I learned this after moving to this new city. The first couple of weeks were great, but right after that, my husband would come home upset. We had relocated, thinking that he had found the perfect job. However, in a couple of weeks, we were devastated. He began hating his job. He complained about his boss. He did not like the work. But here we were, and still are, bound by a long-term contract with the company.
He would text me from work to tell me how much he despised his job. He would come home stressed. Our happiness, our dreams, our tranquility in life had disappeared. Being the only person he could open up to, I felt helpless. I would cry for hours on my prayer mat. I did not know how I could help him. The kids were sensing our worries. It was difficult.
I prayed constantly for ease. I prayed and prayed. That is all I did. I would ignore my kids, I would ignore my house, I would ignore my chores, and prayed. This led me to constantly be thinking about the problem.
Prayer was leading me to worry.
One night, it occurred to me, prayer should not lead me to worry. Prayer means putting your trust in Allah, subhanahu wa ta’ala (exalted is He). Prayer means asking for goodness. Maybe there is goodness in this difficulty that we cannot see. I have to stop worrying about that over which I have no control. I should work on that over which I have control.

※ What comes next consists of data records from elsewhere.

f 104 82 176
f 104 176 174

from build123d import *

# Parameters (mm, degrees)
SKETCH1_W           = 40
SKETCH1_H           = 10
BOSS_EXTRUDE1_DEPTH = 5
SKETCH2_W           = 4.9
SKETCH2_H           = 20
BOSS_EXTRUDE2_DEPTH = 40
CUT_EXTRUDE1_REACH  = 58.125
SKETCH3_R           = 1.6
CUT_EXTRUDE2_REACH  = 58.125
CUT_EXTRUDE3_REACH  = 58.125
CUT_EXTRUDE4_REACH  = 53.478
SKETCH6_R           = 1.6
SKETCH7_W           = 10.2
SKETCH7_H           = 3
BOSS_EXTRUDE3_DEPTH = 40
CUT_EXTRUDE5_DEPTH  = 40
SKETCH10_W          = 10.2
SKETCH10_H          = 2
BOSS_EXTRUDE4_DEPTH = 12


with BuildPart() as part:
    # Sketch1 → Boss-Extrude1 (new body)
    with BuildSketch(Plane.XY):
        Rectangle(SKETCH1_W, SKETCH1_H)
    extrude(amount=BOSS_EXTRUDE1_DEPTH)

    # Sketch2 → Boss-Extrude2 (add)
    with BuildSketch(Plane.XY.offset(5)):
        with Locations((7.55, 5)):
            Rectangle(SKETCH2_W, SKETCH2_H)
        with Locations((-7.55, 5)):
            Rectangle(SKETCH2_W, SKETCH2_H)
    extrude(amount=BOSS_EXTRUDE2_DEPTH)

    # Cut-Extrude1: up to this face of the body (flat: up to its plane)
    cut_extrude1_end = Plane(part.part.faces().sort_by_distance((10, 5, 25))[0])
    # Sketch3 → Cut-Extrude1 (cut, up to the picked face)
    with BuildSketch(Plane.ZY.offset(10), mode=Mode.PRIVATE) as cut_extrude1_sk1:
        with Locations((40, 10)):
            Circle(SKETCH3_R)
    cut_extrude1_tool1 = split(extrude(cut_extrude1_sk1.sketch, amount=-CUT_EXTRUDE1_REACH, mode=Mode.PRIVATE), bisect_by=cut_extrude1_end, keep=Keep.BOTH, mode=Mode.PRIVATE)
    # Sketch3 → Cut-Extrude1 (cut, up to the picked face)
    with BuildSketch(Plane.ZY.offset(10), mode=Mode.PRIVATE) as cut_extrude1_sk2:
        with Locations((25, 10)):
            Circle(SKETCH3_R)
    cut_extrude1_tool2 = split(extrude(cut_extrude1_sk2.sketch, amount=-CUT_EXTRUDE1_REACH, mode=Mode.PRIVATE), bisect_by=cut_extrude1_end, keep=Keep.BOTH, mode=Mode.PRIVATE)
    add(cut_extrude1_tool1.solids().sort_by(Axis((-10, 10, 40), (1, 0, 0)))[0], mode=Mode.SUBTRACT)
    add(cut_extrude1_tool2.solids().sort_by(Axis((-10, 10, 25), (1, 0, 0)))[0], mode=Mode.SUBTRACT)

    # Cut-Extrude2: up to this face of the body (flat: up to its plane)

So, I changed my approach to prayers. I offered my five prayers, and even some optional ones, but instead of worrying constantly, I began thanking Allah (swt) for His blessings. I would pray for ease, but with the knowledge that there must be ease in this struggle. Allah (swt) is great. His wisdom, His sight, His reasons are beyond the human capability to grasp.

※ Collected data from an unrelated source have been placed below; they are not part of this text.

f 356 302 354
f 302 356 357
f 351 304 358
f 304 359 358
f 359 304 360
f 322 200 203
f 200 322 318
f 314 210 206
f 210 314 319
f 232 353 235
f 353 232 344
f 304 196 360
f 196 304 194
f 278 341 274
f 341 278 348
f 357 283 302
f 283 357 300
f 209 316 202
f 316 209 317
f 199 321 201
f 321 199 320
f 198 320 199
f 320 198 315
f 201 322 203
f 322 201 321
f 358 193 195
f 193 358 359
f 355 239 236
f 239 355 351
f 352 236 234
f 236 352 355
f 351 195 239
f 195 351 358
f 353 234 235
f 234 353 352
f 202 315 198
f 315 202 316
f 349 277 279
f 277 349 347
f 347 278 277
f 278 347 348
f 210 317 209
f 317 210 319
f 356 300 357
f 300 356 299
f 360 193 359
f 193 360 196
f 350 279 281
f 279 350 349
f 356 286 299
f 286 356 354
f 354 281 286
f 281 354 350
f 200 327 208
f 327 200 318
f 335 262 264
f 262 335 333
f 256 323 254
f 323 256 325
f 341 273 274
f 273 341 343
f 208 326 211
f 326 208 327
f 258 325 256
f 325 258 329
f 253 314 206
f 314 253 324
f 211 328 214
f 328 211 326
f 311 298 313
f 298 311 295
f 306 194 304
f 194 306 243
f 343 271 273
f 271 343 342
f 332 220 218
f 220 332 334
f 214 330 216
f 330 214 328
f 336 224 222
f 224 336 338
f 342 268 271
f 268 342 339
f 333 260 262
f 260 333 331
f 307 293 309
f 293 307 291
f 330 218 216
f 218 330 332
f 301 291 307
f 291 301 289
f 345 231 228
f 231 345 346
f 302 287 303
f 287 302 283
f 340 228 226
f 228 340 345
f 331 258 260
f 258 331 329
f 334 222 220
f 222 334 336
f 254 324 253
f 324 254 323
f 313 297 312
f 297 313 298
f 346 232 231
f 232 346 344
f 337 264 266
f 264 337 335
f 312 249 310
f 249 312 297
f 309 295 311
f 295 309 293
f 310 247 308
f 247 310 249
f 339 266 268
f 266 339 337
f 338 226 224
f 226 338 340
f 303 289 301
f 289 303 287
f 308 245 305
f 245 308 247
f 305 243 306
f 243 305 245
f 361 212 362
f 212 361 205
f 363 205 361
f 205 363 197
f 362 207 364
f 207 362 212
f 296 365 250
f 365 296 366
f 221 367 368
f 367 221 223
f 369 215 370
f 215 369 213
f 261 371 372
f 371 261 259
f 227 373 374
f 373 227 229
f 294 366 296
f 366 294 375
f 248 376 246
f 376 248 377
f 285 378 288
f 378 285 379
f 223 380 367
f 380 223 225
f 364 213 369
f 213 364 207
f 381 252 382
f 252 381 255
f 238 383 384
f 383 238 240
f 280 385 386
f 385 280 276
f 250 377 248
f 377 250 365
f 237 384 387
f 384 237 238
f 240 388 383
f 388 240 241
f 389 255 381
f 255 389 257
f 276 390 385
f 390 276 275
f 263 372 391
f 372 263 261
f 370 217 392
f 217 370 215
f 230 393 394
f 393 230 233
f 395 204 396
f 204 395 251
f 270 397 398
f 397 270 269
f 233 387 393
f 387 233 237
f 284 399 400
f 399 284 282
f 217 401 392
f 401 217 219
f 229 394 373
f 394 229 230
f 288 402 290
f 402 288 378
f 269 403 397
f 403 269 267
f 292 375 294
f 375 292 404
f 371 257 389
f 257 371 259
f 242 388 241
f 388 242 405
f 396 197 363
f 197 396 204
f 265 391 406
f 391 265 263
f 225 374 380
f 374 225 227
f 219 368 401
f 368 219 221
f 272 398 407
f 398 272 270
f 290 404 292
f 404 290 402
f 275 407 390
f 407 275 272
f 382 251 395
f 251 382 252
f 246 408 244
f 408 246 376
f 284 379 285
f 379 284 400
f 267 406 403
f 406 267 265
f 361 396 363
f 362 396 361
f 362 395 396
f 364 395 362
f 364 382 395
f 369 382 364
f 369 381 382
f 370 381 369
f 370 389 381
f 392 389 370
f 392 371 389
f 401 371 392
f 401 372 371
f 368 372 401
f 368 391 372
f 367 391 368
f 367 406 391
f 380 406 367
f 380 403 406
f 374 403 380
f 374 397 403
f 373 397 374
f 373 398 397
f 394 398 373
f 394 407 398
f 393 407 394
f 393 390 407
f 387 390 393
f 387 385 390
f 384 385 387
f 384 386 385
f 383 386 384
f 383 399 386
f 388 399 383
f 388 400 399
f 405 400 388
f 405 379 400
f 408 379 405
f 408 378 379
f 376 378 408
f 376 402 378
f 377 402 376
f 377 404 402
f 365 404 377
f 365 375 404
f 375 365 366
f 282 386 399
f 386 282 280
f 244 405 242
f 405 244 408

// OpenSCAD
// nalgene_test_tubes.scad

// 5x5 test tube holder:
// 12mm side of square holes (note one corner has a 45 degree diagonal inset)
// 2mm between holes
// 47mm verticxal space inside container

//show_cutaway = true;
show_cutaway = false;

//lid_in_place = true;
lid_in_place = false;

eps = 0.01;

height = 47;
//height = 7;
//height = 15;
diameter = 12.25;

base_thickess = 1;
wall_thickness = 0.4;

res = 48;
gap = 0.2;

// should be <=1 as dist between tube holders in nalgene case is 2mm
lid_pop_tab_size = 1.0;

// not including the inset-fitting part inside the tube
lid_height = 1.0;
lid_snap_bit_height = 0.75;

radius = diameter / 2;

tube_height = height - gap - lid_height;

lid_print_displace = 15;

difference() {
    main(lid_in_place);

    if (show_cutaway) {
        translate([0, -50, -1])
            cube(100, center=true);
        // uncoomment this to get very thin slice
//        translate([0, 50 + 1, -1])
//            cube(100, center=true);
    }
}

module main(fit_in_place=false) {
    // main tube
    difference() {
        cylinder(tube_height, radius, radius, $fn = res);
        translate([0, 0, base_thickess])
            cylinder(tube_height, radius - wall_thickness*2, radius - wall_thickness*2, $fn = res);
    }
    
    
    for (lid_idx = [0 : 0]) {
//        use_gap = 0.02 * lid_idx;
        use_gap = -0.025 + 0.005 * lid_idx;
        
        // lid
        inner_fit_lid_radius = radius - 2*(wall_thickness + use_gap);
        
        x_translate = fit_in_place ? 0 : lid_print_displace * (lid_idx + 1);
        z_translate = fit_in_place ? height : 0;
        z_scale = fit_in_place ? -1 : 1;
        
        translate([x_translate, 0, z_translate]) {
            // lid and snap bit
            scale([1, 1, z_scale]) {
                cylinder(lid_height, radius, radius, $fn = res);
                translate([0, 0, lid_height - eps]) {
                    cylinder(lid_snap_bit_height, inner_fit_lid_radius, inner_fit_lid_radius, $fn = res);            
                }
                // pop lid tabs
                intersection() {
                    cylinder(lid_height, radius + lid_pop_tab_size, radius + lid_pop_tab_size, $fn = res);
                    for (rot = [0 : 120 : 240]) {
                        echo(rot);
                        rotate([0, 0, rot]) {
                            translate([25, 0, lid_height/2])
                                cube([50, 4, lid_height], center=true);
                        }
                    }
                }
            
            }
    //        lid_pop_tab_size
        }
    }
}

With my thankful attitude, I began to cheer the house up. I focused my energy on my kids. I started to learn how to make applications for Android. I started to cook regularly. I would feed my kids before my husband would come home tired, so he could have a quiet dinner to recollect his thoughts. I began to pour my heart out to Allah (swt) early in the morning, before the sunrise. I found my peace. Thanks to the Almighty (swt).
Peace comes from inside, not outside. Peace comes from working within your circle of influence. My husband is still unhappy at work. He still comes home upset. But I have found the way to charge my energy and be his support. I am embracing the experience, for Allah (swt) must have a reason that is beyond my wisdom.
Allahumma la sahla illa ma ja`altahu sahla wa anta taj`al ul-hazna idha shi’ta sahla.
“O Allah! There is nothing easy except that which You make easy; and You make the difficult, if You wish, easy.”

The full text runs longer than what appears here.